# Freckletone vs. Peachstock



## stuntpilot (Feb 27, 2006)

I wanted a replacement for Peachstock and the SA gave me Freckletone. It's so brown and non-peachy! Any rec's for a better replacement? Even non-mac? Thanks.


----------



## michy_mimi (Feb 27, 2006)

I love peachstock!


----------



## lovejam (Feb 28, 2006)

Why not just get Peachstock? It's a PRO color now, but even if there isn't a PRO store near you, you can call them and order it.

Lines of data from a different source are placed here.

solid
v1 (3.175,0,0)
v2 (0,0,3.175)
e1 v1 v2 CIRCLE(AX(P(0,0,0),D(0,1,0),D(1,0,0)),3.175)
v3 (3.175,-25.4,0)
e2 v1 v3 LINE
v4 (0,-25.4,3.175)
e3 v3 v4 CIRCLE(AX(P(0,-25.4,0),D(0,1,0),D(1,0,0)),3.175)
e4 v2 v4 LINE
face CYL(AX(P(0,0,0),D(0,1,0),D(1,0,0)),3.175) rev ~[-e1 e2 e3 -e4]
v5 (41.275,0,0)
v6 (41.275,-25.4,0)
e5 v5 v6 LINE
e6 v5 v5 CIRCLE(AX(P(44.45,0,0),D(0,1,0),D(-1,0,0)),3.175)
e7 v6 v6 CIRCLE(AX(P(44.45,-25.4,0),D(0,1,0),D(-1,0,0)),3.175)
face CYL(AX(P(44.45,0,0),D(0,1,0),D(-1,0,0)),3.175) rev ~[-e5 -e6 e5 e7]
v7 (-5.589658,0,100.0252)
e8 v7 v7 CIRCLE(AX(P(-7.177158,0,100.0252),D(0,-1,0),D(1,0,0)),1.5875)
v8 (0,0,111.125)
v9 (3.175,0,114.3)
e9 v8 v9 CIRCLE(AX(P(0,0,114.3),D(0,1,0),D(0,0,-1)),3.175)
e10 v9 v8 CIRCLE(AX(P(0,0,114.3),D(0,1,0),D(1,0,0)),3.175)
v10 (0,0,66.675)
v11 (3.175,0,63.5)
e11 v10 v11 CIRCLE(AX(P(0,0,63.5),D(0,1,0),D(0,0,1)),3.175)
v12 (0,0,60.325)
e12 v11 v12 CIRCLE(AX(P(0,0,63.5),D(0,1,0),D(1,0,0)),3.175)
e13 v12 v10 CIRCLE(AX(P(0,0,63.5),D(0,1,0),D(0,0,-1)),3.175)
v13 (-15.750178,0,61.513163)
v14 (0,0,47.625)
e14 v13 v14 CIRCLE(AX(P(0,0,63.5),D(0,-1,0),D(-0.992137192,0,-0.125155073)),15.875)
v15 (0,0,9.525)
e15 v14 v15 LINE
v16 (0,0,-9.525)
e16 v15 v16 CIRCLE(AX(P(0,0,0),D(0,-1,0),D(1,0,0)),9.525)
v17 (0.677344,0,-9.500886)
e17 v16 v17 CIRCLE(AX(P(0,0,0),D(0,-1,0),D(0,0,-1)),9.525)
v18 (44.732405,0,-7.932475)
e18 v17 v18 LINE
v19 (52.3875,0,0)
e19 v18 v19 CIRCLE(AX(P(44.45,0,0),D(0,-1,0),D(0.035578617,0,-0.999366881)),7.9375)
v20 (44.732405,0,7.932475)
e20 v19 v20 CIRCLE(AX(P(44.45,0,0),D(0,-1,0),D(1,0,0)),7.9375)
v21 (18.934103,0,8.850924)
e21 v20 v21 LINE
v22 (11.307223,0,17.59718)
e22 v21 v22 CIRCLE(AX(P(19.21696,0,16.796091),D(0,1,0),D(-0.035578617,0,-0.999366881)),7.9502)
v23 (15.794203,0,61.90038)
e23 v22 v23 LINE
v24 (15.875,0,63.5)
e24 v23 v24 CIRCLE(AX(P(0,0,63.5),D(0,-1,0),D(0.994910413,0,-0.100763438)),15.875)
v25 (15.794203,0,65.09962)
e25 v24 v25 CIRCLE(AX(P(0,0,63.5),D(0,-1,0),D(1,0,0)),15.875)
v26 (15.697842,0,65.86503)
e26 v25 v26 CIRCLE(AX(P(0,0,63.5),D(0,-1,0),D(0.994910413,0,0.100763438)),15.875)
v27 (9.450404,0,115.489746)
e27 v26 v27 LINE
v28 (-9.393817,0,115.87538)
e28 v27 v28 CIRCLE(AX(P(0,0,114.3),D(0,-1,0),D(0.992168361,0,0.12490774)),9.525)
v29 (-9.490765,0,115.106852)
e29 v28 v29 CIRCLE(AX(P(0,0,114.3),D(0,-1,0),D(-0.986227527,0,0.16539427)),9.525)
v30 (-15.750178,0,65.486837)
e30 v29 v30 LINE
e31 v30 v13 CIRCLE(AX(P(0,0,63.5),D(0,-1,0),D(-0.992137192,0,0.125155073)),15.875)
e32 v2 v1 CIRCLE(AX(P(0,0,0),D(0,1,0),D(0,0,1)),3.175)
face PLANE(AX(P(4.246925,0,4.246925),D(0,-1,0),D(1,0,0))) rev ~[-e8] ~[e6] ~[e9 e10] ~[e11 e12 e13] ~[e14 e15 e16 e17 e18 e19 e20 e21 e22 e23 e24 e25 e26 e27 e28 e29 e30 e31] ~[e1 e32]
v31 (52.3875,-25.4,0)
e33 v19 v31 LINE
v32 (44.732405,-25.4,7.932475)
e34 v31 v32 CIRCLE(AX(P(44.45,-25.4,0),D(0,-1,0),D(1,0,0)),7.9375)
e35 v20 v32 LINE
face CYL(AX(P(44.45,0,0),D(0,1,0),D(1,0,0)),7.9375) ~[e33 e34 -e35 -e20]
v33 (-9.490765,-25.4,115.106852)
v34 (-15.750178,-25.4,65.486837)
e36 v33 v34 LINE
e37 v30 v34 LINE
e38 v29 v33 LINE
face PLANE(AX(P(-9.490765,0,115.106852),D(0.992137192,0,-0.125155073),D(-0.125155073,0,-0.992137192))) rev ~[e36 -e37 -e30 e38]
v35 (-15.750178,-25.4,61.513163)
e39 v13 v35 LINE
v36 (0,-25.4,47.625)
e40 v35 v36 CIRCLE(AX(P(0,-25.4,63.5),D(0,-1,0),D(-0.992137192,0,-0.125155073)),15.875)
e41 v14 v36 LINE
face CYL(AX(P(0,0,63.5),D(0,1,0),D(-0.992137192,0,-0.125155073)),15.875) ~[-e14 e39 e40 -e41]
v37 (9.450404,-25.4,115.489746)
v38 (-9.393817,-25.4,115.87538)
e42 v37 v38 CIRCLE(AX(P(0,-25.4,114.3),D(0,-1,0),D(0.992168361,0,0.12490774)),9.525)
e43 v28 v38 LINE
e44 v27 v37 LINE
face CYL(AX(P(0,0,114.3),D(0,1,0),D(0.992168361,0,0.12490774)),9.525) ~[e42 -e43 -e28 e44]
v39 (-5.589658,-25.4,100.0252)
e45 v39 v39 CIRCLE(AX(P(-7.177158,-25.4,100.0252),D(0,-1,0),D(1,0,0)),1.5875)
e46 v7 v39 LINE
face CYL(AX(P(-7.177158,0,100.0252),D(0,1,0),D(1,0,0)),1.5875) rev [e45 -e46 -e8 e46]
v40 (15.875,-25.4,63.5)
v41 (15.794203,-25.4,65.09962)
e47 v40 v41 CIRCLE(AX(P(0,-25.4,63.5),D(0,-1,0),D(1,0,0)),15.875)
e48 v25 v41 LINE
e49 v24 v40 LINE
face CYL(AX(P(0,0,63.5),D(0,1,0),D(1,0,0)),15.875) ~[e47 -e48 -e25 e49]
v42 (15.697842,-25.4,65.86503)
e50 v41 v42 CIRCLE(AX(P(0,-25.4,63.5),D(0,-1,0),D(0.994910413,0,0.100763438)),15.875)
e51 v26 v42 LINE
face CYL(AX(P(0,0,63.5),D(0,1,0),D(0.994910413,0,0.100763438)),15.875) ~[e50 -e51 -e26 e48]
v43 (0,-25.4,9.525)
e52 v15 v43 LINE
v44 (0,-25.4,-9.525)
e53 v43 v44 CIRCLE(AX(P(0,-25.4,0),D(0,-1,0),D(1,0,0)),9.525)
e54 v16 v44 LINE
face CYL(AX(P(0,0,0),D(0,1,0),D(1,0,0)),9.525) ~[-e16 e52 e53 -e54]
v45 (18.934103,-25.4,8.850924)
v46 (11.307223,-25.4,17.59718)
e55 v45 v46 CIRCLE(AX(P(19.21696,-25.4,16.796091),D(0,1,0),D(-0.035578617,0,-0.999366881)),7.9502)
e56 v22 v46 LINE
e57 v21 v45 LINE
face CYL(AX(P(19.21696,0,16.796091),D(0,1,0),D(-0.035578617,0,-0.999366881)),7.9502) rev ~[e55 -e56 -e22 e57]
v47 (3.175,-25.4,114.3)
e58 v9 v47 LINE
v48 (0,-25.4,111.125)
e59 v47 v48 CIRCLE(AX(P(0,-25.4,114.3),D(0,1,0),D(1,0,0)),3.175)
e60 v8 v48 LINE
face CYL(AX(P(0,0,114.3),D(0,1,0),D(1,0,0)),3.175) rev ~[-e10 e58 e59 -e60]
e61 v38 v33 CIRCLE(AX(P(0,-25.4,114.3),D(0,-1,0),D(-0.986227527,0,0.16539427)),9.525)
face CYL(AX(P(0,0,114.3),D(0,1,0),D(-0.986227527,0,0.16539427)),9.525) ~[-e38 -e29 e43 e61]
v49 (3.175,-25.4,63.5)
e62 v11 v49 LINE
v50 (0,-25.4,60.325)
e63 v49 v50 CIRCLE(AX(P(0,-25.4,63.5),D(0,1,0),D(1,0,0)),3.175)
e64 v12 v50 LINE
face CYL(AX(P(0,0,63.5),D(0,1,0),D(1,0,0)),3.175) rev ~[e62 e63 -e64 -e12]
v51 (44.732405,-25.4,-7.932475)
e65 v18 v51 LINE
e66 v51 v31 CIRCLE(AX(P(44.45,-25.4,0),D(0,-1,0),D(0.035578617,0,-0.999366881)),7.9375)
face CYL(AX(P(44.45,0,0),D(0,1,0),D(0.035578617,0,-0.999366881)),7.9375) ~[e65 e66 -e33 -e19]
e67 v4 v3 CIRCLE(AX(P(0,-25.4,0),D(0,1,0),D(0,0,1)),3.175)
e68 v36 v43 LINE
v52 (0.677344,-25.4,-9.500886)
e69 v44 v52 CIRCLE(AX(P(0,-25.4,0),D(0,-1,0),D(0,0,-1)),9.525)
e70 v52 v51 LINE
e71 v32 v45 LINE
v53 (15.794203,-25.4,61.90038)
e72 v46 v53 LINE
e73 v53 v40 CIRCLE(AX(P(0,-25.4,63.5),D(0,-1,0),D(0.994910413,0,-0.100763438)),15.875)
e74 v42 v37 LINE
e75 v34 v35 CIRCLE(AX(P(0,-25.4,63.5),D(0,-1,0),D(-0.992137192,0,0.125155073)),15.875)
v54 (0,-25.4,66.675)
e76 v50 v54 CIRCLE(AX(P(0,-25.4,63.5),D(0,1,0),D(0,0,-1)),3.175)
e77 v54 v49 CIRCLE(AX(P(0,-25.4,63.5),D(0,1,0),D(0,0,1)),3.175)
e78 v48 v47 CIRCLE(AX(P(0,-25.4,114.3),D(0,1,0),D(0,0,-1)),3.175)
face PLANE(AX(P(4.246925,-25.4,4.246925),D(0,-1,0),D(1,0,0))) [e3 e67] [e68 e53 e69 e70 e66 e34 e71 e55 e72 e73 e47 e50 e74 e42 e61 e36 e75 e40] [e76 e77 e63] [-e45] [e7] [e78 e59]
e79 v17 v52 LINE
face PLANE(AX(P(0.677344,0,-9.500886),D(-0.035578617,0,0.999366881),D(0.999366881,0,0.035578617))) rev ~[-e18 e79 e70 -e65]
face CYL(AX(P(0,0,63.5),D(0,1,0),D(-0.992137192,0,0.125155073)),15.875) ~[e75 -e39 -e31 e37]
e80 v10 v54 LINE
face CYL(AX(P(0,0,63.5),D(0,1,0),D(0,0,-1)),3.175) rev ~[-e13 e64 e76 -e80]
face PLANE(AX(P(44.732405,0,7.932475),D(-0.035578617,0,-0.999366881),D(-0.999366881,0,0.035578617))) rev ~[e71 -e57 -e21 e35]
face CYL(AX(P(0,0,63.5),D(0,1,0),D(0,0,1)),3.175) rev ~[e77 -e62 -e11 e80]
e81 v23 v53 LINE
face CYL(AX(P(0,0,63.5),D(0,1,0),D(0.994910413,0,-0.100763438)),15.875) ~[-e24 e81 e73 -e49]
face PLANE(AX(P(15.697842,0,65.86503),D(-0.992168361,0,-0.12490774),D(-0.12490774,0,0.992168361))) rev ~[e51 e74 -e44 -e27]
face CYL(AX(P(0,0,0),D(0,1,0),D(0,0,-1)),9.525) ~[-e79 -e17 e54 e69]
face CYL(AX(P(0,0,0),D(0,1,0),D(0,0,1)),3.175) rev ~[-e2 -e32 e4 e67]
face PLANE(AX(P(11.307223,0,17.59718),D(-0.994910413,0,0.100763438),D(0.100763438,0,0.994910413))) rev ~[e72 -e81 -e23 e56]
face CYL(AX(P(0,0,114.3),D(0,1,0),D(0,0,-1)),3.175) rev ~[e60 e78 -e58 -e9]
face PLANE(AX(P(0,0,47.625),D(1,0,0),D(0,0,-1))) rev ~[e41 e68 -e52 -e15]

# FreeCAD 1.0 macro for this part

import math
import FreeCAD as App
import Part
import Sketcher
from FreeCAD import Vector
Q = App.Units.Quantity

doc = App.newDocument("Part")
body = doc.addObject("PartDesign::Body", "Body")

# Sketch on XZ plane
sketch1 = body.newObject("Sketcher::SketchObject", "Sketch")
sketch1.AttachmentSupport = (doc.getObject("XZ_Plane"), [""])
sketch1.MapMode = "FlatFace"
sketch1.addGeometry([
    Part.ArcOfCircle(Part.Circle(Vector(0, 0, 0), Vector(0, 0, 1), 9.5), math.radians(90), math.radians(270)),  # 0
    Part.ArcOfCircle(Part.Circle(Vector(0, 0, 0), Vector(0, 0, 1), 9.5), math.radians(-90), math.radians(-85.92)),  # 1
    Part.LineSegment(Vector(0.7, -9.5, 0), Vector(44.7, -7.9, 0)),  # 2
    Part.ArcOfCircle(Part.Circle(Vector(44.5, 0, 0), Vector(0, 0, 1), 7.9), math.radians(-88), math.radians(0)),  # 3
    Part.ArcOfCircle(Part.Circle(Vector(44.5, 0, 0), Vector(0, 0, 1), 7.9), math.radians(0), math.radians(88)),  # 4
    Part.LineSegment(Vector(44.7, 7.9, 0), Vector(18.9, 8.9, 0)),  # 5
    Part.ArcOfCircle(Part.Circle(Vector(19.2, 16.8, 0), Vector(0, 0, 1), 8), math.radians(174), math.radians(268)),  # 6
    Part.LineSegment(Vector(11.3, 17.6, 0), Vector(15.8, 61.9, 0)),  # 7
    Part.ArcOfCircle(Part.Circle(Vector(0, 63.5, 0), Vector(0, 0, 1), 15.9), math.radians(-5.78), math.radians(0)),  # 8
    Part.ArcOfCircle(Part.Circle(Vector(0, 63.5, 0), Vector(0, 0, 1), 15.9), math.radians(0), math.radians(5.78)),  # 9
    Part.ArcOfCircle(Part.Circle(Vector(0, 63.5, 0), Vector(0, 0, 1), 15.9), math.radians(5.78), math.radians(8.57)),  # 10
    Part.LineSegment(Vector(15.7, 65.9, 0), Vector(9.5, 115.5, 0)),  # 11
    Part.ArcOfCircle(Part.Circle(Vector(0, 114.3, 0), Vector(0, 0, 1), 9.5), math.radians(7), math.radians(170)),  # 12
    Part.ArcOfCircle(Part.Circle(Vector(0, 114.3, 0), Vector(0, 0, 1), 9.5), math.radians(170.48), math.radians(175.14)),  # 13
    Part.LineSegment(Vector(-9.5, 115.1, 0), Vector(-15.8, 65.5, 0)),  # 14
    Part.ArcOfCircle(Part.Circle(Vector(0, 63.5, 0), Vector(0, 0, 1), 15.9), math.radians(172.81), math.radians(187.19)),  # 15
    Part.ArcOfCircle(Part.Circle(Vector(0, 63.5, 0), Vector(0, 0, 1), 15.9), math.radians(-173), math.radians(-90)),  # 16
    Part.LineSegment(Vector(0, 47.6, 0), Vector(0, 9.5, 0)),  # 17
    Part.ArcOfCircle(Part.Circle(Vector(0, 0, 0), Vector(0, 0, 1), 3.2), math.radians(0), math.radians(90)),  # 18
    Part.ArcOfCircle(Part.Circle(Vector(0, 0, 0), Vector(0, 0, 1), 3.2), math.radians(90), math.radians(360)),  # 19
    Part.Circle(Vector(44.5, 0, 0), Vector(0, 0, 1), 3.2),  # 20
    Part.ArcOfCircle(Part.Circle(Vector(0, 63.5, 0), Vector(0, 0, 1), 3.2), math.radians(0), math.radians(90)),  # 21
    Part.ArcOfCircle(Part.Circle(Vector(0, 63.5, 0), Vector(0, 0, 1), 3.2), math.radians(-90), math.radians(0)),  # 22
    Part.ArcOfCircle(Part.Circle(Vector(0, 63.5, 0), Vector(0, 0, 1), 3.2), math.radians(90), math.radians(270)),  # 23
    Part.Circle(Vector(-7.2, 100, 0), Vector(0, 0, 1), 1.6),  # 24
    Part.ArcOfCircle(Part.Circle(Vector(0, 114.3, 0), Vector(0, 0, 1), 3.2), math.radians(0), math.radians(270)),  # 25
    Part.ArcOfCircle(Part.Circle(Vector(0, 114.3, 0), Vector(0, 0, 1), 3.2), math.radians(-90), math.radians(0)),  # 26
], False)
sketch1.addConstraint([
    Sketcher.Constraint("Tangent", 0, 2, 1, 1),
    Sketcher.Constraint("Coincident", 1, 2, 2, 1),
    Sketcher.Constraint("Tangent", 2, 2, 3, 1),
    Sketcher.Constraint("Tangent", 3, 2, 4, 1),
    Sketcher.Constraint("Tangent", 4, 2, 5, 1),
    Sketcher.Constraint("Tangent", 5, 2, 6, 2),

So, you can still get it.


----------



## stuntpilot (Feb 28, 2006)

Quote:

   Originally Posted by *lovejam* 
_Why not just get Peachstock? It's a PRO color now, but even if there isn't a PRO store near you, you can call them and order it. So, you can still get it. 
	

	
	
		
		

		
		
	


	


_

 

Oh how awesome! I wonder why the SA didn't tell me what. LOL. Thanks so much!


----------



## Patricia (Mar 1, 2006)

wow just checked the pro website and i had no idea that fleshpot and peachstock were both procolours, i thought they had just dicontinued! 
	

	
	
		
		

		
		
	


	




 must check them out next week at london's pro store


----------